Frequently Asked Questions
- What is an antimicrobial drug?
- What are antibiotics used for?
- How does antibiotic use in animals affect humans?
- What is Antimicrobial Resistance (AMR)?
- How does the emergence of AMR in animals affect human health?
- Are the antimicrobials used in animals the same ones used in people?
- Is antimicrobial use in farm animals responsible for the spread of resistant bacteria?
- What are food producers doing to prevent antimicrobial resistance?
- What procedures does a producer need to follow when using antimicrobial products?
- What is the withdrawal time for antimicrobials?
- Where can I get further information on AMR?
An antimicrobial is a drug that kills microorganisms or stops their growth. Antimicrobial medicines can be grouped according to the microorganisms they act primarily against. For example, antibiotics are used against bacteria and antifungals are used against fungi.
Antibiotics are medicines useful for controlling and preventing infectious disease in livestock. Proper use can keep animals healthy, control the spread of diseases between herds, and prevent the spread of diseases from animals to humans.
Research has provided strong evidence that antibiotic use in food animals can lead to resistant infections in humans. Resistant bacteria in food can cause infections in humans.
Antimicrobial resistance (AMR) is where the medicines (e.g. antibiotics) used to treat diseases caused by specific micro-organisms (e.g. bacteria) are no longer effective. Antibiotic resistance does not mean the body is becoming resistant to antibiotics; it is that bacteria have become resistant to the antibiotics designed to kill them.
The emergence of AMR in livestock has been shown to affect human health through the following mechanisms:
- Contamination of meat, milk, and egg animal products;
- Direct contact with animals
- Contamination of the environment, for example, through spreading animal manure on fields as fertilizer and pollution of water; and through providing a ‘reservoir’ of resistance genes.
Antimicrobials and antibiotics are grouped in “classes” based upon their mechanism of action (how they affect the bacteria, viruses and fungi). There are only a few classes that are specific to either human medicine or veterinary medicine. In fact, the vast majority of antibiotic classes are used in both humans and animals, so there really is no such thing as “human drugs used in animals.”

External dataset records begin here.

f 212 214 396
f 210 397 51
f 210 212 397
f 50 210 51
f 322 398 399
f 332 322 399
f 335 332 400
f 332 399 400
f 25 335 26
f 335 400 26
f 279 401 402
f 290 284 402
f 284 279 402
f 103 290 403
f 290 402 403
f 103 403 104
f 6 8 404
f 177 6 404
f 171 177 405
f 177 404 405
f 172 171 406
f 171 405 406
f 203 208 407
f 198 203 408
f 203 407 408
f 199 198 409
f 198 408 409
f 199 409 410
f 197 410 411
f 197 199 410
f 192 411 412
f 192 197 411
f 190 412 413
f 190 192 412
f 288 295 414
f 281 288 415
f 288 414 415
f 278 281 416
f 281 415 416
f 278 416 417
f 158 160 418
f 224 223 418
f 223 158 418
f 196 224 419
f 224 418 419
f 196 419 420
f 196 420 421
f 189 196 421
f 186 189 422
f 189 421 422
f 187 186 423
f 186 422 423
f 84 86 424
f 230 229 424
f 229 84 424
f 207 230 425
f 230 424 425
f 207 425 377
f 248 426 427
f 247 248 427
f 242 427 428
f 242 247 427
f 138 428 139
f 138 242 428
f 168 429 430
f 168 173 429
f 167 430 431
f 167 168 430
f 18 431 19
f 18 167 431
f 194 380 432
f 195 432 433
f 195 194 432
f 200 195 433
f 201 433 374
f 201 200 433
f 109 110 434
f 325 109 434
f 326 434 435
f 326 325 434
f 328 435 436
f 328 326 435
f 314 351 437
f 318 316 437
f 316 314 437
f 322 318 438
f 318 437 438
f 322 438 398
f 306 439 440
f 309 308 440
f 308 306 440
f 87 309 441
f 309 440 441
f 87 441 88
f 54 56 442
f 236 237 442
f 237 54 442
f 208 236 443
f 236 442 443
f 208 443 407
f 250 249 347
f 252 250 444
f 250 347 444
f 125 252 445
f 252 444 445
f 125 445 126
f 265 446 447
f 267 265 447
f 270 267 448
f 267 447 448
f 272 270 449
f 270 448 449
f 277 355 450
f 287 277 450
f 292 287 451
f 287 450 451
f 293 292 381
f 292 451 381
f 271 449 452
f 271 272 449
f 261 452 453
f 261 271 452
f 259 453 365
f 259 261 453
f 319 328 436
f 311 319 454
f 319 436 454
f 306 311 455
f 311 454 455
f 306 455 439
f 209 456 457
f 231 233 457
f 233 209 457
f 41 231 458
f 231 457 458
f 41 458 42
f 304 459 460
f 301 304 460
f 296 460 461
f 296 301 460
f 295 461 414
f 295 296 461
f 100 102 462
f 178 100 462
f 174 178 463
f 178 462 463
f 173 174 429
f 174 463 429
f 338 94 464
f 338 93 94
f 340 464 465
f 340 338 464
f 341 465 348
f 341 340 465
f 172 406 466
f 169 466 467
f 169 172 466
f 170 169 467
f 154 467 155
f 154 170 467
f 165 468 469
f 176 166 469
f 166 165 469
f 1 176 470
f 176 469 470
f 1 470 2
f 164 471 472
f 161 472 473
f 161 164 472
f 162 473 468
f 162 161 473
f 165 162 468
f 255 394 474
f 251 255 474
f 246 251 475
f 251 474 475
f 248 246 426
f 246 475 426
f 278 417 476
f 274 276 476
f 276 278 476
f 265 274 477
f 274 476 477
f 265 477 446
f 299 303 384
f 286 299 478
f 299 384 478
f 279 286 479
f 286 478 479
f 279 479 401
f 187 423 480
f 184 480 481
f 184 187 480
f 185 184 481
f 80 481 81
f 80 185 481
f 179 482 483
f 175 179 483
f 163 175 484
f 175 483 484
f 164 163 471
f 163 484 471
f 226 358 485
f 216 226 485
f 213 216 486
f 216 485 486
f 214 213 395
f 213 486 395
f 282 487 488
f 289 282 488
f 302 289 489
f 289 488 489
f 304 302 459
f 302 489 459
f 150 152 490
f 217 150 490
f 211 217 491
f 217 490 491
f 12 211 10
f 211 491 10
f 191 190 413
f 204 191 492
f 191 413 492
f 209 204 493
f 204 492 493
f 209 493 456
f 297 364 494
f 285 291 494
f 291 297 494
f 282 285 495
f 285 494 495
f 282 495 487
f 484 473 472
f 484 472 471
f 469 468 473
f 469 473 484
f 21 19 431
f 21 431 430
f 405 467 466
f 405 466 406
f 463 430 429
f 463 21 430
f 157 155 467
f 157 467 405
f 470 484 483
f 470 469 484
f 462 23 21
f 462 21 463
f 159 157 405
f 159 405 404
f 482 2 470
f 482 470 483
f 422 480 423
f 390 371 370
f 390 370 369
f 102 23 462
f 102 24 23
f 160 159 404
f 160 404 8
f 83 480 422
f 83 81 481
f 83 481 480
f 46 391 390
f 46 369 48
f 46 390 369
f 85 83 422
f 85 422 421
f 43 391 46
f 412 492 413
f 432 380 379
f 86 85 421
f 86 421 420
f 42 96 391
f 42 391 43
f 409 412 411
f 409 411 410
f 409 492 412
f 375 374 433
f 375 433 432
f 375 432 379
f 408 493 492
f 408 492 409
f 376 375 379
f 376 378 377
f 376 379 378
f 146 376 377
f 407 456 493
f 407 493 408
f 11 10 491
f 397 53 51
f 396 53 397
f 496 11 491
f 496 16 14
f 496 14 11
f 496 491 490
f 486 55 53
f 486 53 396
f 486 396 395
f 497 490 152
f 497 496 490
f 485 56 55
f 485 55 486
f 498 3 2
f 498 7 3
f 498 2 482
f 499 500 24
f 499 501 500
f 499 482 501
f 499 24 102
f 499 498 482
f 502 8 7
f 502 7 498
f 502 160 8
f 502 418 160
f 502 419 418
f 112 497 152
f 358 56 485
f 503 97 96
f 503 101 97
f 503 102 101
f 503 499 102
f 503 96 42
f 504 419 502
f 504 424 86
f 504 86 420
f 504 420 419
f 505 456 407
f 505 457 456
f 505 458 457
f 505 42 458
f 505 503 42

Many antimicrobials used in human medicine are not approved for use in animals or are, quite simply, too expensive to use in animals. When antimicrobials are needed for an animal, veterinarians base their choices on many factors, including:
- the type of infection;
- the organism causing the infection and its susceptibility (either likely susceptibility based on prior experience and knowledge, or susceptibility based on the results of laboratory testing) to the antimicrobial;
- the method by which the antimicrobial is given (whether it’s given orally or by injection, for example) and how that will be tolerated, as well as whether or not it should be given to the animal that way;
- whether or not it is approved for use in that animal species;
- the risk of side effects;
The use of antimicrobial drugs in agriculture is a contributing factor in the emergence of resistant pathogenic bacteria. However, there are other significant factors, such as the overuse and inappropriate use of antibiotics in human medicine.
Keeping animals healthy is the main goal – after all, sick animals aren’t allowed to enter our food chain – and healthy animals are less likely to become infected and are more likely to successfully fight off infection if they’re exposed to an infectious organism e.g a pathogen. The use of vaccines, parasite treatments, good nutrition and good management and husbandry to reduce stress and minimize the risk of disease are all necessary strategies. It is also reasonable to expect producers to use antimicrobials prudently.
When producers use antimicrobials and other medications, they are required to follow the label directions, which include the withdrawal times for the medications.
The withdrawal period is the amount of time (days, weeks or months) after the last treatment (or dose) has been given that the animal’s milk must be discarded or the amount of time before it can be slaughtered. The withdrawal times are based on how the body processes the medications, and observing them ensures that there are no drug residues in the milk or meat.